▶ _WORK TO COMPLETE_:
Write out exactly the lines of the material below, beginning at the top and ending at the line that contains "f 625 548 550".

▶ _EXCERPTED DATA_:
Segment Open

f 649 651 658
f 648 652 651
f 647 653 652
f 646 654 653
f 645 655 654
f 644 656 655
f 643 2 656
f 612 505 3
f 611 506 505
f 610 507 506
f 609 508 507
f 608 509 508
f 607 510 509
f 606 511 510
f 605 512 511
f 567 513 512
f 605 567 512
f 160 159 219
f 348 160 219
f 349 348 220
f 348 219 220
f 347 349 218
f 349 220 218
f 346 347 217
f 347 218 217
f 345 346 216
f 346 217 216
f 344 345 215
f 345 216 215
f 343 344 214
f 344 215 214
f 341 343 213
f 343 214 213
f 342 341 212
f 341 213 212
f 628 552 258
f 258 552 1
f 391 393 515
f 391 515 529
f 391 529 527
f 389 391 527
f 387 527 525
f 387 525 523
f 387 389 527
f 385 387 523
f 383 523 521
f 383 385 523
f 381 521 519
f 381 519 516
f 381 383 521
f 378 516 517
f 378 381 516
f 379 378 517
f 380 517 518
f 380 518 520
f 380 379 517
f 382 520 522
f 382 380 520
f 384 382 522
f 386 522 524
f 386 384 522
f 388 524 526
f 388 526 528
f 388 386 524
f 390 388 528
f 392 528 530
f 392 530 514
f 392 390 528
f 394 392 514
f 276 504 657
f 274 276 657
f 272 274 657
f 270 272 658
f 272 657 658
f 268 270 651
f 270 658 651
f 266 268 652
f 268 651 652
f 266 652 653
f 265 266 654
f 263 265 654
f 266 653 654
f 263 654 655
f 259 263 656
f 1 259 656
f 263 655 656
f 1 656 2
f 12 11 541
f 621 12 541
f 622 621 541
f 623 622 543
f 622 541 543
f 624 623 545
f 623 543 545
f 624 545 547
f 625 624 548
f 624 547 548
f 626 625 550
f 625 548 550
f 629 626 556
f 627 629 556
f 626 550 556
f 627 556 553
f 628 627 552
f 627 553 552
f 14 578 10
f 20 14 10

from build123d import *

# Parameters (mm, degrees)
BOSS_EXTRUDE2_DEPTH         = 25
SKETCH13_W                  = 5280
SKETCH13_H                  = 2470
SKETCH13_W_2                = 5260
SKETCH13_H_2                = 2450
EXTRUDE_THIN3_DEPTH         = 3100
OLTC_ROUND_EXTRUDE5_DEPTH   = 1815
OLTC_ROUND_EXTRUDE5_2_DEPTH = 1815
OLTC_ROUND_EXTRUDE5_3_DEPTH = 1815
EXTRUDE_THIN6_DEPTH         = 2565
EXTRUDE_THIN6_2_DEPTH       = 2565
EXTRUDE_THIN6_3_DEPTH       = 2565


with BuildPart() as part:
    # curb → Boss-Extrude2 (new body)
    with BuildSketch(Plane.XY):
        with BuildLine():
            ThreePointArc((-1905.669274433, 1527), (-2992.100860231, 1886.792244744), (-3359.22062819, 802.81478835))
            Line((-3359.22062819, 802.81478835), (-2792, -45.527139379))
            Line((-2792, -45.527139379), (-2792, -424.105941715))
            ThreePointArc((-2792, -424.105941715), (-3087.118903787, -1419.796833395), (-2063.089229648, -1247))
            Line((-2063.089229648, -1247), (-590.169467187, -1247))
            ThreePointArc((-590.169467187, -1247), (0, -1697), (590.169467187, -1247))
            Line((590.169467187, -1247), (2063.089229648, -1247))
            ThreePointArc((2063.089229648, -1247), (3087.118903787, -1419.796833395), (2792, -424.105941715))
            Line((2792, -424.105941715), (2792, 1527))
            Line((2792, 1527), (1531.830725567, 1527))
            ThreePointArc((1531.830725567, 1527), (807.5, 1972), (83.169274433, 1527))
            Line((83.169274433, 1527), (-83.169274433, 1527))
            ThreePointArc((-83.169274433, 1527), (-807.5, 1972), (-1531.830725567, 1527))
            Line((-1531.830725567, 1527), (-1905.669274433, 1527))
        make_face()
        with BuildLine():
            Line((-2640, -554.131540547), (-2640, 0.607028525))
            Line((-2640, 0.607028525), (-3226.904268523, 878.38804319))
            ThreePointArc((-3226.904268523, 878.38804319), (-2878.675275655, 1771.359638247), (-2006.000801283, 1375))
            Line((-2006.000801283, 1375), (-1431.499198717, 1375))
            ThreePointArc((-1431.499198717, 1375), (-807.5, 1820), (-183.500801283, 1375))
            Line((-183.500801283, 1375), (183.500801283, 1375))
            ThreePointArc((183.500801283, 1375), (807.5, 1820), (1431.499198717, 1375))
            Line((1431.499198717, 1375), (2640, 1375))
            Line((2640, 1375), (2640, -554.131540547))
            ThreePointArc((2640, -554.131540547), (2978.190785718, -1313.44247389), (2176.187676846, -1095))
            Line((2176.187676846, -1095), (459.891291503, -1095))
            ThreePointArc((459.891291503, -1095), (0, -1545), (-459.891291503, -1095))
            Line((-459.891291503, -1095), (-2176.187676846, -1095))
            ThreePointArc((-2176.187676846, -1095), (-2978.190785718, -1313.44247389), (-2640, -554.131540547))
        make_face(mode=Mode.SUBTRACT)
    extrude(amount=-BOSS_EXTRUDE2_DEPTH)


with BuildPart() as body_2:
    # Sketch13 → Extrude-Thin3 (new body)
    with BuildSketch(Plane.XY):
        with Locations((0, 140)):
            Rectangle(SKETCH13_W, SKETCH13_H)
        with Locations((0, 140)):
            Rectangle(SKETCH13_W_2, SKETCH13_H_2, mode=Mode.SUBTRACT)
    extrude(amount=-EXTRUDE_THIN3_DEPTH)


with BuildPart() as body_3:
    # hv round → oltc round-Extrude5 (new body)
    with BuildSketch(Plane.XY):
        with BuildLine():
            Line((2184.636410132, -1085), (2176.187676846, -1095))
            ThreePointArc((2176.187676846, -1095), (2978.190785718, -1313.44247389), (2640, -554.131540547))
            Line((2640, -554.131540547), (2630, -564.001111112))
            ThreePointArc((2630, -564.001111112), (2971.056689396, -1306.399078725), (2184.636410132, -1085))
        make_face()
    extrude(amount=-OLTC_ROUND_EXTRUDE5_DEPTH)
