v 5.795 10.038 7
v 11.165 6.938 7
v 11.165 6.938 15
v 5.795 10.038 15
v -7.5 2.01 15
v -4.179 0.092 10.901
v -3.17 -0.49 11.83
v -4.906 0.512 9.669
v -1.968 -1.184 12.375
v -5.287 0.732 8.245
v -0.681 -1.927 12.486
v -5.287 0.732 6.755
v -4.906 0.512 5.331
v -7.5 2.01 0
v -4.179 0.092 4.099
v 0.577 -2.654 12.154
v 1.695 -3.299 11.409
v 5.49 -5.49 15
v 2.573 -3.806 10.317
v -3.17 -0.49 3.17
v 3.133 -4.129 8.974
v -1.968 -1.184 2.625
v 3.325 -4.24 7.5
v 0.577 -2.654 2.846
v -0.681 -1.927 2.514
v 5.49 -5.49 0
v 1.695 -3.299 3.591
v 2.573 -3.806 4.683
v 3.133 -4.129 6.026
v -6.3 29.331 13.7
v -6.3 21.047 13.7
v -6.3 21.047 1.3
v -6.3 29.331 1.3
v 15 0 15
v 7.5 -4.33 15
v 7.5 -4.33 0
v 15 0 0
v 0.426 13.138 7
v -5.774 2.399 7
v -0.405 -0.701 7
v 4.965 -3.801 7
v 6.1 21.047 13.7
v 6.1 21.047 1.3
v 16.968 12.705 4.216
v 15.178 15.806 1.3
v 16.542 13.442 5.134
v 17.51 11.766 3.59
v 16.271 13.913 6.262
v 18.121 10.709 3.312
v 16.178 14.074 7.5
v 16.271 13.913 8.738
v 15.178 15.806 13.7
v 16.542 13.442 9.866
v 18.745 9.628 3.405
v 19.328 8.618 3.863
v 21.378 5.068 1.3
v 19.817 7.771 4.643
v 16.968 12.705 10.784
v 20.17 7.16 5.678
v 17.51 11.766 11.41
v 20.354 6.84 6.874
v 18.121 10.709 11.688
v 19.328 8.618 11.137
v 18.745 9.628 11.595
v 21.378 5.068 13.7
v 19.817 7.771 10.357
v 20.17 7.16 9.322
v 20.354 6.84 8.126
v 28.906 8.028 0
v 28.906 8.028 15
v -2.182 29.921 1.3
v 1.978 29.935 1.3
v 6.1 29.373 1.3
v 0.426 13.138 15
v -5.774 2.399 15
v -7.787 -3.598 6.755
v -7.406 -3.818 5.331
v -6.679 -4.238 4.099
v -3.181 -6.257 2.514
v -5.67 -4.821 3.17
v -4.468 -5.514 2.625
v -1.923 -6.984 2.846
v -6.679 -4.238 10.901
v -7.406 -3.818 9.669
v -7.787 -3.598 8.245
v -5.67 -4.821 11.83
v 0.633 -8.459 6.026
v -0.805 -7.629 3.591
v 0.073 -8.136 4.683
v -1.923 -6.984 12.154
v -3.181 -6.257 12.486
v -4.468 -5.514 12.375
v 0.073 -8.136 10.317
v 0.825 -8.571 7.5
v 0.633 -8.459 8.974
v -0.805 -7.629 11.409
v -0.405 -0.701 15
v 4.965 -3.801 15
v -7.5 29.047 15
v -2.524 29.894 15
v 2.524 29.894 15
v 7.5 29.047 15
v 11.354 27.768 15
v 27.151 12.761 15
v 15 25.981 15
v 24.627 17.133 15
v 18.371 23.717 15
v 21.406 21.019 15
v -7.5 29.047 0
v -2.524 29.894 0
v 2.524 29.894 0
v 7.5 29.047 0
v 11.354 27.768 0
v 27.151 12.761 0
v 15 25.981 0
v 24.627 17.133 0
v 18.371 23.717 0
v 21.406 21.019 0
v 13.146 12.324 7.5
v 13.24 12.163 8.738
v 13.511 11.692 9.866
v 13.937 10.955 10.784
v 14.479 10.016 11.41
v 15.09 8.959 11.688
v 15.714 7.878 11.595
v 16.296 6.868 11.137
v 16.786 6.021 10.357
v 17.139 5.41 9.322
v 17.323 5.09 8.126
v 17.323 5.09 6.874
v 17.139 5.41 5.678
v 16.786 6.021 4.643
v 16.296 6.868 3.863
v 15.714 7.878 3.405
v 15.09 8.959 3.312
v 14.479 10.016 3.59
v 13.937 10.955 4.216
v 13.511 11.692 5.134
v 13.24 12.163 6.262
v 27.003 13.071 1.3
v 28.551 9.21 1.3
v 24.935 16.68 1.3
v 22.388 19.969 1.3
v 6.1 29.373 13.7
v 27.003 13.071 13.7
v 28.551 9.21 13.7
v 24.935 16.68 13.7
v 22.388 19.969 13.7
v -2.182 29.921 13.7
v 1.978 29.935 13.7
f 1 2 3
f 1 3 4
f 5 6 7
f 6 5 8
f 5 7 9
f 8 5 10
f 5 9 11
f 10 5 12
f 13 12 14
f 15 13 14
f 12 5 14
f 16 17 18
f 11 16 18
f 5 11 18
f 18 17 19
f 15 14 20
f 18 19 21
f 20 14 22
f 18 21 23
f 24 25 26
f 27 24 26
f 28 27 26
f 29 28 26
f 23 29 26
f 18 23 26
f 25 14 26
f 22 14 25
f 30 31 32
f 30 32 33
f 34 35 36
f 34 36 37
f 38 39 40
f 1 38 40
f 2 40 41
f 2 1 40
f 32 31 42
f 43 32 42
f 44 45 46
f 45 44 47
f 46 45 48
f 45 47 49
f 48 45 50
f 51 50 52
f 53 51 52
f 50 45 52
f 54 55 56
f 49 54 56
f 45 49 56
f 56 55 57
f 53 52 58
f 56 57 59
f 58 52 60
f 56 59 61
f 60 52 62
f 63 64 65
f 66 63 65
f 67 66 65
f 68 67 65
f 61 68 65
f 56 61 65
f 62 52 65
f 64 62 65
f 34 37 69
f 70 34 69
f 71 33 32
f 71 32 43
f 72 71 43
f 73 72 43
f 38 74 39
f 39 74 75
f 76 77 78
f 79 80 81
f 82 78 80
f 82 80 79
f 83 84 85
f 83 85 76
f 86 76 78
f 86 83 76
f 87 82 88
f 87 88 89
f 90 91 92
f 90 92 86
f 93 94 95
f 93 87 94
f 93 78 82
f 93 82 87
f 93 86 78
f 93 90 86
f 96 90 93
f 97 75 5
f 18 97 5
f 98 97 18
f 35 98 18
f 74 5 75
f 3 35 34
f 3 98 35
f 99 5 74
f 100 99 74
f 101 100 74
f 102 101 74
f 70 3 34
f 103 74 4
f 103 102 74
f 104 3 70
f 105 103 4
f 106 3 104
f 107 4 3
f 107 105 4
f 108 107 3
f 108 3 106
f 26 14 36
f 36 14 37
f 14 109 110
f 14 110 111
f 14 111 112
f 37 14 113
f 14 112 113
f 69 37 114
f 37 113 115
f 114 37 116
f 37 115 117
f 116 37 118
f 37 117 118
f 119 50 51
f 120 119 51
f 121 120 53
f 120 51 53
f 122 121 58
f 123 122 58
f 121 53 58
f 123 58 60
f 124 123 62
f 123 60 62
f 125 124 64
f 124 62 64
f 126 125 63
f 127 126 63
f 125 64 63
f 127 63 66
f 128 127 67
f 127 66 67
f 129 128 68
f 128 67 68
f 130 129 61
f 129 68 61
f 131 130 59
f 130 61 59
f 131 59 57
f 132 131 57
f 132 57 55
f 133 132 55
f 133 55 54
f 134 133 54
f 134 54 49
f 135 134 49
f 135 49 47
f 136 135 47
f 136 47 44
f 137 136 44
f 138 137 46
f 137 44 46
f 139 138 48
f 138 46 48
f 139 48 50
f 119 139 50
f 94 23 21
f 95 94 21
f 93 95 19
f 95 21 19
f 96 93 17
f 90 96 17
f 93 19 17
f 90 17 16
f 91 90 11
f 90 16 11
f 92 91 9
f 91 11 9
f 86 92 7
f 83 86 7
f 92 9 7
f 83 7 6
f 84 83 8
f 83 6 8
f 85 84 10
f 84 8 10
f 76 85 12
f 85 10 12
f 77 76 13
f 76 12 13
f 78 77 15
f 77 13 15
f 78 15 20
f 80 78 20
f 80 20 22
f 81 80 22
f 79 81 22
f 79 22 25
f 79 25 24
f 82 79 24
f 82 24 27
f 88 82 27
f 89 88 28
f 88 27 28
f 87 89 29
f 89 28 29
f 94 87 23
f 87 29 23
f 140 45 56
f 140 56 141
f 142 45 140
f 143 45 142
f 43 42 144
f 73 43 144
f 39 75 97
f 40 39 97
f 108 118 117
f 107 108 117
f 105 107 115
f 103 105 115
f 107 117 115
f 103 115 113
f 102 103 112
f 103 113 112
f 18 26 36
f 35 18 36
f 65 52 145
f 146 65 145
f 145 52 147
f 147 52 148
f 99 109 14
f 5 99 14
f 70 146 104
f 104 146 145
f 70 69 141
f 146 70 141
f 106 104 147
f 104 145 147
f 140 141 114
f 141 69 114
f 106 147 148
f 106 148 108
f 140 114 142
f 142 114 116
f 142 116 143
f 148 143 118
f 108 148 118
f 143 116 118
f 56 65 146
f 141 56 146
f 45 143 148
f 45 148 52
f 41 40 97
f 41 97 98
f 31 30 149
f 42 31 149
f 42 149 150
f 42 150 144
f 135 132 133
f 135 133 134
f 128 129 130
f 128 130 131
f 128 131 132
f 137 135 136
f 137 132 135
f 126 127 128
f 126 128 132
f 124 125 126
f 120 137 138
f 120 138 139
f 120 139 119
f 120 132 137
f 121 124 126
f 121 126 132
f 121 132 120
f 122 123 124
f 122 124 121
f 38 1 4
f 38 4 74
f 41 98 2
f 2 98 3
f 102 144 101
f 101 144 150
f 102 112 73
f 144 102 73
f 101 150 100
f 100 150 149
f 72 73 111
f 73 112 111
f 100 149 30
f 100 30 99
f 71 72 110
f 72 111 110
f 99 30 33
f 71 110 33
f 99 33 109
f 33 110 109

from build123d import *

# Parameters (mm, degrees)
F1_DEPTH = 15
F3_DEPTH = 8
F5_START = -1.3
F4_W     = 12.4
F4_H     = 10.6533105238
F5_DEPTH = 12.4
F6_R     = 5
F7_DEPTH = 5
F8_R     = 4.2
F9_DEPTH = 3.5


with BuildPart() as f1:
    # F0 (on Top) → F1 (new body)
    with BuildSketch(Plane.XY):
        with BuildLine():
            Line((7.5, 12.9903810568), (7.5, 29.0473750966))
            ThreePointArc((7.5, 29.0473750966), (0, 30), (-7.5, 29.0473750966))
            Line((-7.5, 29.0473750966), (-7.5, 12.9903810568))
            Line((-7.5, 12.9903810568), (0, 8.6602540378))
            Line((0, 8.6602540378), (7.5, 12.9903810568))
        make_face()
        with BuildLine():
            Line((7.5, 12.9903810568), (21.4057647469, 21.0188780767))
            ThreePointArc((21.4057647469, 21.0188780767), (15, 25.9807621135), (7.5, 29.0473750966))
            Line((7.5, 29.0473750966), (7.5, 12.9903810568))
        make_face()
        with BuildLine():
            Line((15, 0), (28.9057647469, 8.0284970199))
            ThreePointArc((28.9057647469, 8.0284970199), (25.9807621135, 15), (21.4057647469, 21.0188780767))
            Line((21.4057647469, 21.0188780767), (7.5, 12.9903810568))
            Line((7.5, 12.9903810568), (7.5, 4.3301270189))
            Line((7.5, 4.3301270189), (15, 0))
        make_face()
        Polygon((7.5, -4.3301270189), (15, 0), (7.5, 4.3301270189), align=None)
        Polygon((7.5, 4.3301270189), (7.5, 12.9903810568), (0, 8.6602540378), align=None)
        Polygon((5.4903810568, -5.4903810568), (7.5, -4.3301270189), (7.5, 4.3301270189), (0, 8.6602540378), (-7.5, 4.3301270189), (-7.5, 2.0096189432), align=None)
        Polygon((-7.5, 4.3301270189), (0, 8.6602540378), (-7.5, 12.9903810568), align=None)
    extrude(amount=F1_DEPTH)

    # F2 (on face) → F3 (cut)
    with BuildSketch(Plane.XY.offset(15)):
        Polygon((-5.7741669751, 2.3988494278), (-0.4048094716, -0.7011505722), (5.7951905284, 10.0375644347), (0.4258330249, 13.1375644347), align=None)
        Polygon((5.7951905284, 10.0375644347), (-0.4048094716, -0.7011505722), (4.9645480318, -3.8011505722), (11.1645480318, 6.9375644347), align=None)
    extrude(amount=-F3_DEPTH, mode=Mode.SUBTRACT)

    # F4 (on face) → F5 (cut)
    with BuildSketch(Plane.XY.offset(15).offset(F5_START)):
        with Locations((-0.1, 26.3740303584)):
            Rectangle(F4_W, F4_H)
        Polygon((15.1775615166, 15.8064425114), (21.3775615166, 5.0677275044), (35.9265312226, 13.4675790806), (29.7265312226, 24.2062940875), align=None)
    extrude(amount=-F5_DEPTH, mode=Mode.SUBTRACT)

    # F6 (on face) → F7 (join)
    with BuildSketch(Plane(origin=(-1.0048094716, -1.7403810568, 0), x_dir=(0.8660254038, -0.5, 0), z_dir=(-0.5, -0.8660254038, 0))):
        with Locations((0, 7.5)):
            Circle(F6_R)
    extrude(amount=F7_DEPTH)

    # F8 (on face) → F9 (cut)
    with BuildSketch(Plane(origin=(18.2275615166, 10.5236875483, 0), x_dir=(-0.5, 0.8660254038, 0), z_dir=(0.8660254038, 0.5, 0))):
        with Locations((-0.1, 7.5)):
            Circle(F8_R)
    extrude(amount=-F9_DEPTH, mode=Mode.SUBTRACT)


solid = f1.part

Segment Closed

▶ _SOLUTION TO THE EXERCISE_:
f 649 651 658
f 648 652 651
f 647 653 652
f 646 654 653
f 645 655 654
f 644 656 655
f 643 2 656
f 612 505 3
f 611 506 505
f 610 507 506
f 609 508 507
f 608 509 508
f 607 510 509
f 606 511 510
f 605 512 511
f 567 513 512
f 605 567 512
f 160 159 219
f 348 160 219
f 349 348 220
f 348 219 220
f 347 349 218
f 349 220 218
f 346 347 217
f 347 218 217
f 345 346 216
f 346 217 216
f 344 345 215
f 345 216 215
f 343 344 214
f 344 215 214
f 341 343 213
f 343 214 213
f 342 341 212
f 341 213 212
f 628 552 258
f 258 552 1
f 391 393 515
f 391 515 529
f 391 529 527
f 389 391 527
f 387 527 525
f 387 525 523
f 387 389 527
f 385 387 523
f 383 523 521
f 383 385 523
f 381 521 519
f 381 519 516
f 381 383 521
f 378 516 517
f 378 381 516
f 379 378 517
f 380 517 518
f 380 518 520
f 380 379 517
f 382 520 522
f 382 380 520
f 384 382 522
f 386 522 524
f 386 384 522
f 388 524 526
f 388 526 528
f 388 386 524
f 390 388 528
f 392 528 530
f 392 530 514
f 392 390 528
f 394 392 514
f 276 504 657
f 274 276 657
f 272 274 657
f 270 272 658
f 272 657 658
f 268 270 651
f 270 658 651
f 266 268 652
f 268 651 652
f 266 652 653
f 265 266 654
f 263 265 654
f 266 653 654
f 263 654 655
f 259 263 656
f 1 259 656
f 263 655 656
f 1 656 2
f 12 11 541
f 621 12 541
f 622 621 541
f 623 622 543
f 622 541 543
f 624 623 545
f 623 543 545
f 624 545 547
f 625 624 548
f 624 547 548
f 626 625 550
f 625 548 550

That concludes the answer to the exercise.